» **Exercise**: Below are some entries; write out each one of them exactly.
================================
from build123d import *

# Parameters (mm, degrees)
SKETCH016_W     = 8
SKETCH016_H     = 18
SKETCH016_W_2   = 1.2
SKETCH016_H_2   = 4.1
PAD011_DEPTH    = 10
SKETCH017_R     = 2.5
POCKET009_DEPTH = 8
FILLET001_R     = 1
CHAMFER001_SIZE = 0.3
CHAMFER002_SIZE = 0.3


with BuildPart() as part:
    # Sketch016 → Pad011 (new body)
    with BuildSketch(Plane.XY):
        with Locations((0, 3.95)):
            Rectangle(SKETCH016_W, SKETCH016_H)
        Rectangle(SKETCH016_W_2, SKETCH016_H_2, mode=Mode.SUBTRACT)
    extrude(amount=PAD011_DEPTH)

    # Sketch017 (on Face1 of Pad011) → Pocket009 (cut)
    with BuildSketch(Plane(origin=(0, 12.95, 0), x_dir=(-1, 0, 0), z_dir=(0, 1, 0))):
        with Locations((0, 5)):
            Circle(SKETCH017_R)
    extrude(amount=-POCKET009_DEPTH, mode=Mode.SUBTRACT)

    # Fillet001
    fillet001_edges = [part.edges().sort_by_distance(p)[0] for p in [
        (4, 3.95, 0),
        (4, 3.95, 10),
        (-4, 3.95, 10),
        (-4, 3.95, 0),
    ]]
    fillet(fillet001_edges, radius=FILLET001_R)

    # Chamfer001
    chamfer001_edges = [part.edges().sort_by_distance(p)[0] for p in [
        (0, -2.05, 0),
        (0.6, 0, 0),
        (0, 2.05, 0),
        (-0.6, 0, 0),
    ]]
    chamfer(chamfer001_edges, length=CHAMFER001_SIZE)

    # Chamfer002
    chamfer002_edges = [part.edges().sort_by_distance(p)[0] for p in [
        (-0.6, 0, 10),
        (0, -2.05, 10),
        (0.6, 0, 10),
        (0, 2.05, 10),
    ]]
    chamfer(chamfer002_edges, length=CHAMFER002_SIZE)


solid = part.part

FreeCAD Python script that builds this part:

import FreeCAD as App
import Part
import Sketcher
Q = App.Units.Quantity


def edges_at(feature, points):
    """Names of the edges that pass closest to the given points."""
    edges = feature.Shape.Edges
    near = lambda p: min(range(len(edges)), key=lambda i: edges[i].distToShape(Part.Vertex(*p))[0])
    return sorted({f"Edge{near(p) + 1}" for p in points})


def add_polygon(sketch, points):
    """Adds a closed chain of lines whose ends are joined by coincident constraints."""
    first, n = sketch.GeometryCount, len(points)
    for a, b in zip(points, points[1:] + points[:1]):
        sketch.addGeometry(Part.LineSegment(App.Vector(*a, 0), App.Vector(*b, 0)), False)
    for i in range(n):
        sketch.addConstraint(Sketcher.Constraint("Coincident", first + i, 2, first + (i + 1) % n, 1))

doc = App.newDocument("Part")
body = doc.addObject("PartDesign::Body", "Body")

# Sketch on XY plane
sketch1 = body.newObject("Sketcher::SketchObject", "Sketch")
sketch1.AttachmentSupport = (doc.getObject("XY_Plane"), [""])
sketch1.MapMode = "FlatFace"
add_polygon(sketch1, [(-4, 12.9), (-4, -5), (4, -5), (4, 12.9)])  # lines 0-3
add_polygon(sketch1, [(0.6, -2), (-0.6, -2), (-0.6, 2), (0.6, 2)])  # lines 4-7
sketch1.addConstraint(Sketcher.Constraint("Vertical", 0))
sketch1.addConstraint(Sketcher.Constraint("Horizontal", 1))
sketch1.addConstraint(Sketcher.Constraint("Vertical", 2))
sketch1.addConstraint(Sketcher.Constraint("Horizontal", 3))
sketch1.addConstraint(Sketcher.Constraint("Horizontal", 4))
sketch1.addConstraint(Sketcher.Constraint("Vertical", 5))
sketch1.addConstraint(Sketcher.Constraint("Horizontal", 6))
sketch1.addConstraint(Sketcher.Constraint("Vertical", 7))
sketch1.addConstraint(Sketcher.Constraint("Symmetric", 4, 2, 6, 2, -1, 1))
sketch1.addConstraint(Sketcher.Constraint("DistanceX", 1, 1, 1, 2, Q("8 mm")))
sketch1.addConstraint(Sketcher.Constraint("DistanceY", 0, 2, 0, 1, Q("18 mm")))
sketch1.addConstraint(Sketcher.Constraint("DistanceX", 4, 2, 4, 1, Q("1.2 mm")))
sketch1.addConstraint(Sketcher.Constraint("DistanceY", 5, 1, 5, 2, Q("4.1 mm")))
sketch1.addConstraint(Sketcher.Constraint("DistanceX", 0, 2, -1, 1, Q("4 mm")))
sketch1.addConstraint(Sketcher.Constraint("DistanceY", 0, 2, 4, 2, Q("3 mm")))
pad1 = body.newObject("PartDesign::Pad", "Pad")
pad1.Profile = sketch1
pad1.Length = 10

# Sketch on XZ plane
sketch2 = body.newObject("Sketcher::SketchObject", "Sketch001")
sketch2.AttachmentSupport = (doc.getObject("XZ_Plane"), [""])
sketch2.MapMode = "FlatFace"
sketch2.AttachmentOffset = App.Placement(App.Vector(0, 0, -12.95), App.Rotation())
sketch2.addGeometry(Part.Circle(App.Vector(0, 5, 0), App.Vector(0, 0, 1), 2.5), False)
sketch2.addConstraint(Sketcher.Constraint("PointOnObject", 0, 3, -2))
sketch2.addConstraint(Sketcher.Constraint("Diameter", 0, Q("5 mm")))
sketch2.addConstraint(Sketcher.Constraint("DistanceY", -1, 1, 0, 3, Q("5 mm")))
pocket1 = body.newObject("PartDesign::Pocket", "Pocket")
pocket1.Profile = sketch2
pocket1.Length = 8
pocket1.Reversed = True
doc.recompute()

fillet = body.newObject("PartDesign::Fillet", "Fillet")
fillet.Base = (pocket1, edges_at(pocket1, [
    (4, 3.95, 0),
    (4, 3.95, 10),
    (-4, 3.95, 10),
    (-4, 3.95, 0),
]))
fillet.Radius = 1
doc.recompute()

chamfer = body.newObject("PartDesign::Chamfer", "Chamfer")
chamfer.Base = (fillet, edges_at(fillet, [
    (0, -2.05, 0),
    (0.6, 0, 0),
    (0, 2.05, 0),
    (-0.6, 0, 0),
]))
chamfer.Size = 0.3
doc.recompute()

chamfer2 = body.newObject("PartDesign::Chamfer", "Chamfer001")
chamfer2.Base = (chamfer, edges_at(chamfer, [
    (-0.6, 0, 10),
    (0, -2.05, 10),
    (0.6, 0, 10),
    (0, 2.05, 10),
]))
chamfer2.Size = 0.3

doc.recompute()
================================
» **Task solution**:
from build123d import *

# Parameters (mm, degrees)
SKETCH016_W     = 8
SKETCH016_H     = 18
SKETCH016_W_2   = 1.2
SKETCH016_H_2   = 4.1
PAD011_DEPTH    = 10
SKETCH017_R     = 2.5
POCKET009_DEPTH = 8
FILLET001_R     = 1
CHAMFER001_SIZE = 0.3
CHAMFER002_SIZE = 0.3


with BuildPart() as part:
    # Sketch016 → Pad011 (new body)
    with BuildSketch(Plane.XY):
        with Locations((0, 3.95)):
            Rectangle(SKETCH016_W, SKETCH016_H)
        Rectangle(SKETCH016_W_2, SKETCH016_H_2, mode=Mode.SUBTRACT)
    extrude(amount=PAD011_DEPTH)

    # Sketch017 (on Face1 of Pad011) → Pocket009 (cut)
    with BuildSketch(Plane(origin=(0, 12.95, 0), x_dir=(-1, 0, 0), z_dir=(0, 1, 0))):
        with Locations((0, 5)):
            Circle(SKETCH017_R)
    extrude(amount=-POCKET009_DEPTH, mode=Mode.SUBTRACT)

    # Fillet001
    fillet001_edges = [part.edges().sort_by_distance(p)[0] for p in [
        (4, 3.95, 0),
        (4, 3.95, 10),
        (-4, 3.95, 10),
        (-4, 3.95, 0),
    ]]
    fillet(fillet001_edges, radius=FILLET001_R)

    # Chamfer001
    chamfer001_edges = [part.edges().sort_by_distance(p)[0] for p in [
        (0, -2.05, 0),
        (0.6, 0, 0),
        (0, 2.05, 0),
        (-0.6, 0, 0),
    ]]
    chamfer(chamfer001_edges, length=CHAMFER001_SIZE)

    # Chamfer002
    chamfer002_edges = [part.edges().sort_by_distance(p)[0] for p in [
        (-0.6, 0, 10),
        (0, -2.05, 10),
        (0.6, 0, 10),
        (0, 2.05, 10),
    ]]
    chamfer(chamfer002_edges, length=CHAMFER002_SIZE)


solid = part.part

FreeCAD Python script that builds this part:

import FreeCAD as App
import Part
import Sketcher
Q = App.Units.Quantity


def edges_at(feature, points):
    """Names of the edges that pass closest to the given points."""
    edges = feature.Shape.Edges
    near = lambda p: min(range(len(edges)), key=lambda i: edges[i].distToShape(Part.Vertex(*p))[0])
    return sorted({f"Edge{near(p) + 1}" for p in points})


def add_polygon(sketch, points):
    """Adds a closed chain of lines whose ends are joined by coincident constraints."""
    first, n = sketch.GeometryCount, len(points)
    for a, b in zip(points, points[1:] + points[:1]):
        sketch.addGeometry(Part.LineSegment(App.Vector(*a, 0), App.Vector(*b, 0)), False)
    for i in range(n):
        sketch.addConstraint(Sketcher.Constraint("Coincident", first + i, 2, first + (i + 1) % n, 1))

doc = App.newDocument("Part")
body = doc.addObject("PartDesign::Body", "Body")

# Sketch on XY plane
sketch1 = body.newObject("Sketcher::SketchObject", "Sketch")
sketch1.AttachmentSupport = (doc.getObject("XY_Plane"), [""])
sketch1.MapMode = "FlatFace"
add_polygon(sketch1, [(-4, 12.9), (-4, -5), (4, -5), (4, 12.9)])  # lines 0-3
add_polygon(sketch1, [(0.6, -2), (-0.6, -2), (-0.6, 2), (0.6, 2)])  # lines 4-7
sketch1.addConstraint(Sketcher.Constraint("Vertical", 0))
sketch1.addConstraint(Sketcher.Constraint("Horizontal", 1))
sketch1.addConstraint(Sketcher.Constraint("Vertical", 2))
sketch1.addConstraint(Sketcher.Constraint("Horizontal", 3))
sketch1.addConstraint(Sketcher.Constraint("Horizontal", 4))
sketch1.addConstraint(Sketcher.Constraint("Vertical", 5))
sketch1.addConstraint(Sketcher.Constraint("Horizontal", 6))
sketch1.addConstraint(Sketcher.Constraint("Vertical", 7))
sketch1.addConstraint(Sketcher.Constraint("Symmetric", 4, 2, 6, 2, -1, 1))
sketch1.addConstraint(Sketcher.Constraint("DistanceX", 1, 1, 1, 2, Q("8 mm")))
sketch1.addConstraint(Sketcher.Constraint("DistanceY", 0, 2, 0, 1, Q("18 mm")))
sketch1.addConstraint(Sketcher.Constraint("DistanceX", 4, 2, 4, 1, Q("1.2 mm")))
sketch1.addConstraint(Sketcher.Constraint("DistanceY", 5, 1, 5, 2, Q("4.1 mm")))
sketch1.addConstraint(Sketcher.Constraint("DistanceX", 0, 2, -1, 1, Q("4 mm")))
sketch1.addConstraint(Sketcher.Constraint("DistanceY", 0, 2, 4, 2, Q("3 mm")))
pad1 = body.newObject("PartDesign::Pad", "Pad")
pad1.Profile = sketch1
pad1.Length = 10

# Sketch on XZ plane
sketch2 = body.newObject("Sketcher::SketchObject", "Sketch001")
sketch2.AttachmentSupport = (doc.getObject("XZ_Plane"), [""])
sketch2.MapMode = "FlatFace"
sketch2.AttachmentOffset = App.Placement(App.Vector(0, 0, -12.95), App.Rotation())
sketch2.addGeometry(Part.Circle(App.Vector(0, 5, 0), App.Vector(0, 0, 1), 2.5), False)
sketch2.addConstraint(Sketcher.Constraint("PointOnObject", 0, 3, -2))
sketch2.addConstraint(Sketcher.Constraint("Diameter", 0, Q("5 mm")))
sketch2.addConstraint(Sketcher.Constraint("DistanceY", -1, 1, 0, 3, Q("5 mm")))
pocket1 = body.newObject("PartDesign::Pocket", "Pocket")
pocket1.Profile = sketch2
pocket1.Length = 8
pocket1.Reversed = True
doc.recompute()

fillet = body.newObject("PartDesign::Fillet", "Fillet")
fillet.Base = (pocket1, edges_at(pocket1, [
    (4, 3.95, 0),
    (4, 3.95, 10),
    (-4, 3.95, 10),
    (-4, 3.95, 0),
]))
fillet.Radius = 1
doc.recompute()

chamfer = body.newObject("PartDesign::Chamfer", "Chamfer")
chamfer.Base = (fillet, edges_at(fillet, [
    (0, -2.05, 0),
    (0.6, 0, 0),
    (0, 2.05, 0),
    (-0.6, 0, 0),
]))
chamfer.Size = 0.3
doc.recompute()

chamfer2 = body.newObject("PartDesign::Chamfer", "Chamfer001")
chamfer2.Base = (chamfer, edges_at(chamfer, [
    (-0.6, 0, 10),
    (0, -2.05, 10),
    (0.6, 0, 10),
    (0, 2.05, 10),
]))
chamfer2.Size = 0.3

doc.recompute()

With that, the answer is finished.